* **Exercise input**:
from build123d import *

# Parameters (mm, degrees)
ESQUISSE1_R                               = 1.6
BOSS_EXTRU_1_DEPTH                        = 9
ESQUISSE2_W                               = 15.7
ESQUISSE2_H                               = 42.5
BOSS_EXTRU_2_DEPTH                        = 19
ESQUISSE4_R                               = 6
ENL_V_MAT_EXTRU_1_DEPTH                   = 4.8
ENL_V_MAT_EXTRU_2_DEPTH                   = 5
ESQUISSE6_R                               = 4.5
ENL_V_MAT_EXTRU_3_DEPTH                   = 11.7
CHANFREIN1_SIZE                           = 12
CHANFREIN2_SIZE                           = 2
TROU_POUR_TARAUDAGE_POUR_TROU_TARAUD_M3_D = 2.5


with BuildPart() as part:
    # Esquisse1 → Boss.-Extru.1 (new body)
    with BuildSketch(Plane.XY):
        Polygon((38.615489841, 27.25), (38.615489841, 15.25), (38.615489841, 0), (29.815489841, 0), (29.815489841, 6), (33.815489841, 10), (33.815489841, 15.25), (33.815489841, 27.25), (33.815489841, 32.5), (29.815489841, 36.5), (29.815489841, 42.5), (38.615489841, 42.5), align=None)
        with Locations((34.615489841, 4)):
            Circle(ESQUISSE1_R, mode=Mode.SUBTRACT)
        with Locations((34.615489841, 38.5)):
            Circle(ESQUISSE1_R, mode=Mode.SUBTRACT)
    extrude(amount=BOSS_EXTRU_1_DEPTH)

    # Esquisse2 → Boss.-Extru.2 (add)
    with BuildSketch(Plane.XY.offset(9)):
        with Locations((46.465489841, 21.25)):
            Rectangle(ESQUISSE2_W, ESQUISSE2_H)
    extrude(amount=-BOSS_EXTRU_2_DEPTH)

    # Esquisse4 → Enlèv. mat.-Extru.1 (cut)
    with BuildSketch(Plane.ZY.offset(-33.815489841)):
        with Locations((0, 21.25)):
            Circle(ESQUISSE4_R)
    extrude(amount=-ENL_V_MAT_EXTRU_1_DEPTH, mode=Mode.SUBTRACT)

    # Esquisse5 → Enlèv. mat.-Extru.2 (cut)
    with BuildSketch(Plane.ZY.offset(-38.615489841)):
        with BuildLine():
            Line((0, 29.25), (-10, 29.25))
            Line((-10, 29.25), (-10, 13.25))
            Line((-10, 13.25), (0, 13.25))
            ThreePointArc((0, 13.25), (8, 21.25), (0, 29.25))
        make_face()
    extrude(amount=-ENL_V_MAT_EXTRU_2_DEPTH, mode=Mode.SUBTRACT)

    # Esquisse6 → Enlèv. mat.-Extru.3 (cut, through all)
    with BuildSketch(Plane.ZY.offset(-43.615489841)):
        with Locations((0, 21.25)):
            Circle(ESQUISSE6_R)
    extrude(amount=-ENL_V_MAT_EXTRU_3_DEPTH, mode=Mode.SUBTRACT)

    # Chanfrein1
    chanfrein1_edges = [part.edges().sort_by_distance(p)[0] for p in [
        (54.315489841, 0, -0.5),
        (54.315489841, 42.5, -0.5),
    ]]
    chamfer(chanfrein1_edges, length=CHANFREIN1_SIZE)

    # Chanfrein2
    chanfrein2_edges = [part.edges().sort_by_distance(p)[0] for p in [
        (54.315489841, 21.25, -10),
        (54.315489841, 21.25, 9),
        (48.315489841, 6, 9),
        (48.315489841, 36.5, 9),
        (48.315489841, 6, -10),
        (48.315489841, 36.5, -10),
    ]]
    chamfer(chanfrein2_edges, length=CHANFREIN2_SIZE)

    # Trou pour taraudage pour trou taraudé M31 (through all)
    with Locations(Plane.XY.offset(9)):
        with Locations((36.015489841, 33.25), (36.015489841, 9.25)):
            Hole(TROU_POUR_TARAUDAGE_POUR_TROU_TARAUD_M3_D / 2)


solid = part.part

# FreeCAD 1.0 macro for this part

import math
import FreeCAD as App
import Part
import Sketcher

V = App.Vector


def edges_at(feature, points):
    """Names of the edges that pass closest to the given points."""
    edges = feature.Shape.Edges
    near = lambda p: min(range(len(edges)), key=lambda i: edges[i].distToShape(Part.Vertex(*p))[0])
    return sorted({f"Edge{near(p) + 1}" for p in points})

doc = App.newDocument("Part")
body = doc.addObject("PartDesign::Body", "Body")

sketch1 = body.newObject("Sketcher::SketchObject", "Sketch")
sketch1.AttachmentSupport = (doc.getObject("XY_Plane"), [""])
sketch1.MapMode = "FlatFace"
sketch1.addGeometry([
    Part.LineSegment(V(38.6, 0, 0), V(38.6, 42.5, 0)),
    Part.LineSegment(V(38.6, 42.5, 0), V(29.8, 42.5, 0)),
    Part.LineSegment(V(29.8, 42.5, 0), V(29.8, 36.5, 0)),
    Part.LineSegment(V(29.8, 36.5, 0), V(33.8, 32.5, 0)),
    Part.LineSegment(V(33.8, 32.5, 0), V(33.8, 10, 0)),
    Part.LineSegment(V(33.8, 10, 0), V(29.8, 6, 0)),
    Part.LineSegment(V(29.8, 6, 0), V(29.8, 0, 0)),
    Part.LineSegment(V(29.8, 0, 0), V(38.6, 0, 0)),
    Part.Circle(V(34.6, 4, 0), V(0, 0, 1), 1.6),
    Part.Circle(V(34.6, 38.5, 0), V(0, 0, 1), 1.6),
], False)
sketch1.addConstraint([
    Sketcher.Constraint("Coincident", 0, 2, 1, 1),
    Sketcher.Constraint("Coincident", 1, 2, 2, 1),
    Sketcher.Constraint("Coincident", 2, 2, 3, 1),
    Sketcher.Constraint("Coincident", 3, 2, 4, 1),
    Sketcher.Constraint("Coincident", 4, 2, 5, 1),
    Sketcher.Constraint("Coincident", 5, 2, 6, 1),
    Sketcher.Constraint("Coincident", 6, 2, 7, 1),
    Sketcher.Constraint("Coincident", 7, 2, 0, 1),
    Sketcher.Constraint("Vertical", 0),
    Sketcher.Constraint("Horizontal", 1),
    Sketcher.Constraint("Vertical", 2),
    Sketcher.Constraint("Vertical", 4),
    Sketcher.Constraint("Vertical", 6),
    Sketcher.Constraint("Horizontal", 7),
    Sketcher.Constraint("Equal", 8, 9),
    Sketcher.Constraint("PointOnObject", 6, 2, -1),
    Sketcher.Constraint("Perpendicular", 3, 5),
    Sketcher.Constraint("Vertical", 8, 3, 9, 3),
    Sketcher.Constraint("Vertical", 2, 2, 5, 2),
    Sketcher.Constraint("Equal", 2, 6),
    Sketcher.Constraint("Equal", 3, 5),
    Sketcher.Constraint("Diameter", 8, 3.2),
    Sketcher.Constraint("DistanceY", 2, 2, 2, 1, 6.0),
    Sketcher.Constraint("DistanceX", 1, 2, 1, 1, 8.8),
    Sketcher.Constraint("DistanceY", 0, 1, 0, 2, 42.5),
    Sketcher.Constraint("DistanceY", 4, 2, 4, 1, 22.5),
    Sketcher.Constraint("DistanceY", -1, 1, 8, 3, 4.0),
    Sketcher.Constraint("DistanceX", 9, 3, 0, 2, 4.0),
    Sketcher.Constraint("DistanceY", 9, 3, 0, 2, 4.0),
    Sketcher.Constraint("DistanceX", -1, 1, 8, 3, 34.61549),
])
pad1 = body.newObject("PartDesign::Pad", "Pad")
pad1.Profile = sketch1
pad1.Length = 9

sketch2 = body.newObject("Sketcher::SketchObject", "Sketch001")
sketch2.AttachmentSupport = (doc.getObject("XY_Plane"), [""])
sketch2.MapMode = "FlatFace"
sketch2.AttachmentOffset = App.Placement(V(0, 0, 9), App.Rotation())
sketch2.addGeometry([
    Part.LineSegment(V(39, 42, 0), V(39, 0, 0)),
    Part.LineSegment(V(39, 0, 0), V(54, 0, 0)),
    Part.LineSegment(V(54, 0, 0), V(54, 42, 0)),
    Part.LineSegment(V(54, 42, 0), V(39, 42, 0)),
], False)
sketch2.addConstraint([
    Sketcher.Constraint("Coincident", 0, 2, 1, 1),
    Sketcher.Constraint("Coincident", 1, 2, 2, 1),
    Sketcher.Constraint("Coincident", 2, 2, 3, 1),
    Sketcher.Constraint("Coincident", 3, 2, 0, 1),
    Sketcher.Constraint("Vertical", 0),
    Sketcher.Constraint("Horizontal", 1),
    Sketcher.Constraint("Vertical", 2),
    Sketcher.Constraint("Horizontal", 3),
    Sketcher.Constraint("PointOnObject", 0, 2, -1),
    Sketcher.Constraint("DistanceX", 1, 1, 1, 2, 15.7),
    Sketcher.Constraint("DistanceY", 0, 2, 0, 1, 42.5),
    Sketcher.Constraint("DistanceX", -1, 1, 0, 2, 38.61549),
])
pad2 = body.newObject("PartDesign::Pad", "Pad001")
pad2.Profile = sketch2
pad2.Length = 19
pad2.Reversed = True

sketch3 = body.newObject("Sketcher::SketchObject", "Sketch002")
sketch3.AttachmentSupport = (doc.getObject("YZ_Plane"), [""])
sketch3.MapMode = "FlatFace"
sketch3.AttachmentOffset = App.Placement(V(0, 0, 33.81549), App.Rotation())
sketch3.addGeometry(Part.Circle(V(21, 0, 0), V(0, 0, 1), 6), False)
sketch3.addConstraint([
    Sketcher.Constraint("PointOnObject", 0, 3, -1),
    Sketcher.Constraint("Diameter", 0, 12.0),
    Sketcher.Constraint("DistanceX", -1, 1, 0, 3, 21.25),
])
pocket1 = body.newObject("PartDesign::Pocket", "Pocket")
pocket1.Profile = sketch3
pocket1.Length = 4.8
pocket1.Reversed = True

sketch4 = body.newObject("Sketcher::SketchObject", "Sketch003")
sketch4.AttachmentSupport = (doc.getObject("YZ_Plane"), [""])
sketch4.MapMode = "FlatFace"
sketch4.AttachmentOffset = App.Placement(V(0, 0, 38.61549), App.Rotation())
sketch4.addGeometry([
    Part.LineSegment(V(29, 0, 0), V(29, -10, 0)),
    Part.LineSegment(V(29, -10, 0), V(13, -10, 0)),
    Part.LineSegment(V(13, -10, 0), V(13, 0, 0)),
    Part.ArcOfCircle(Part.Circle(V(21, 0, 0), V(0, 0, 1), 8), math.radians(0), math.radians(180)),
], False)
sketch4.addConstraint([
    Sketcher.Constraint("Coincident", 0, 2, 1, 1),
    Sketcher.Constraint("Coincident", 1, 2, 2, 1),
    Sketcher.Constraint("Tangent", 2, 2, 3, 2),
    Sketcher.Constraint("Tangent", 3, 1, 0, 1),
    Sketcher.Constraint("Vertical", 0),
    Sketcher.Constraint("Horizontal", 1),
    Sketcher.Constraint("Vertical", 2),
    Sketcher.Constraint("PointOnObject", 3, 3, -1),
    Sketcher.Constraint("Radius", 3, 8.0),
    Sketcher.Constraint("DistanceY", 0, 2, 0, 1, 10.0),
    Sketcher.Constraint("DistanceX", -1, 1, 3, 3, 21.25),
])
pocket2 = body.newObject("PartDesign::Pocket", "Pocket001")
pocket2.Profile = sketch4
pocket2.Length = 5
pocket2.Reversed = True

sketch5 = body.newObject("Sketcher::SketchObject", "Sketch004")
sketch5.AttachmentSupport = (doc.getObject("YZ_Plane"), [""])
sketch5.MapMode = "FlatFace"
sketch5.AttachmentOffset = App.Placement(V(0, 0, 43.61549), App.Rotation())
sketch5.addGeometry(Part.Circle(V(21.2, 0, 0), V(0, 0, 1), 4.5), False)
sketch5.addConstraint([
    Sketcher.Constraint("PointOnObject", 0, 3, -1),
    Sketcher.Constraint("Diameter", 0, 9.0),
    Sketcher.Constraint("DistanceX", -1, 1, 0, 3, 21.25),
])
pocket3 = body.newObject("PartDesign::Pocket", "Pocket002")
pocket3.Profile = sketch5
pocket3.Type = "ThroughAll"
pocket3.Reversed = True
doc.recompute()

chamfer = body.newObject("PartDesign::Chamfer", "Chamfer")
chamfer.Base = (pocket3, edges_at(pocket3, [(54.315, 0, -0.5), (54.315, 42.5, -0.5)]))
chamfer.Size = 12
doc.recompute()

chamfer2 = body.newObject("PartDesign::Chamfer", "Chamfer001")
chamfer2.Base = (chamfer, edges_at(chamfer, [
    (54.315, 21.25, -10),
    (54.315, 21.25, 9),
    (48.315, 6, 9),
    (48.315, 36.5, 9),
    (48.315, 6, -10),
    (48.315, 36.5, -10),
]))
chamfer2.Size = 2

sketch6 = body.newObject("Sketcher::SketchObject", "Sketch005")
sketch6.AttachmentSupport = (doc.getObject("XY_Plane"), [""])
sketch6.MapMode = "FlatFace"
sketch6.AttachmentOffset = App.Placement(V(0, 0, 9), App.Rotation())
sketch6.addGeometry([
    Part.Circle(V(36, 33.2, 0), V(0, 0, 1), 1.2),
    Part.Circle(V(36, 9.2, 0), V(0, 0, 1), 1.2),
], False)
sketch6.addConstraint([
    Sketcher.Constraint("Equal", 0, 1),
    Sketcher.Constraint("Vertical", 0, 3, 1, 3),
    Sketcher.Constraint("Diameter", 0, 2.5),
    Sketcher.Constraint("DistanceY", 1, 3, 0, 3, 24.0),
    Sketcher.Constraint("DistanceY", -1, 1, 0, 3, 33.25),
    Sketcher.Constraint("DistanceX", -1, 1, 0, 3, 36.01549),
])
doc.recompute()
hole = body.newObject("PartDesign::Hole", "Hole")
hole.Profile = sketch6
hole.ThreadType = "None"
hole.Diameter = 2.5
hole.DepthType = "ThroughAll"

doc.recompute()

* **What you should do**:
Copy every line in the entries above that has the string "extrude" in it.

* **Response area**:
    extrude(amount=BOSS_EXTRU_1_DEPTH)
    extrude(amount=-BOSS_EXTRU_2_DEPTH)
    extrude(amount=-ENL_V_MAT_EXTRU_1_DEPTH, mode=Mode.SUBTRACT)
    extrude(amount=-ENL_V_MAT_EXTRU_2_DEPTH, mode=Mode.SUBTRACT)
    extrude(amount=-ENL_V_MAT_EXTRU_3_DEPTH, mode=Mode.SUBTRACT)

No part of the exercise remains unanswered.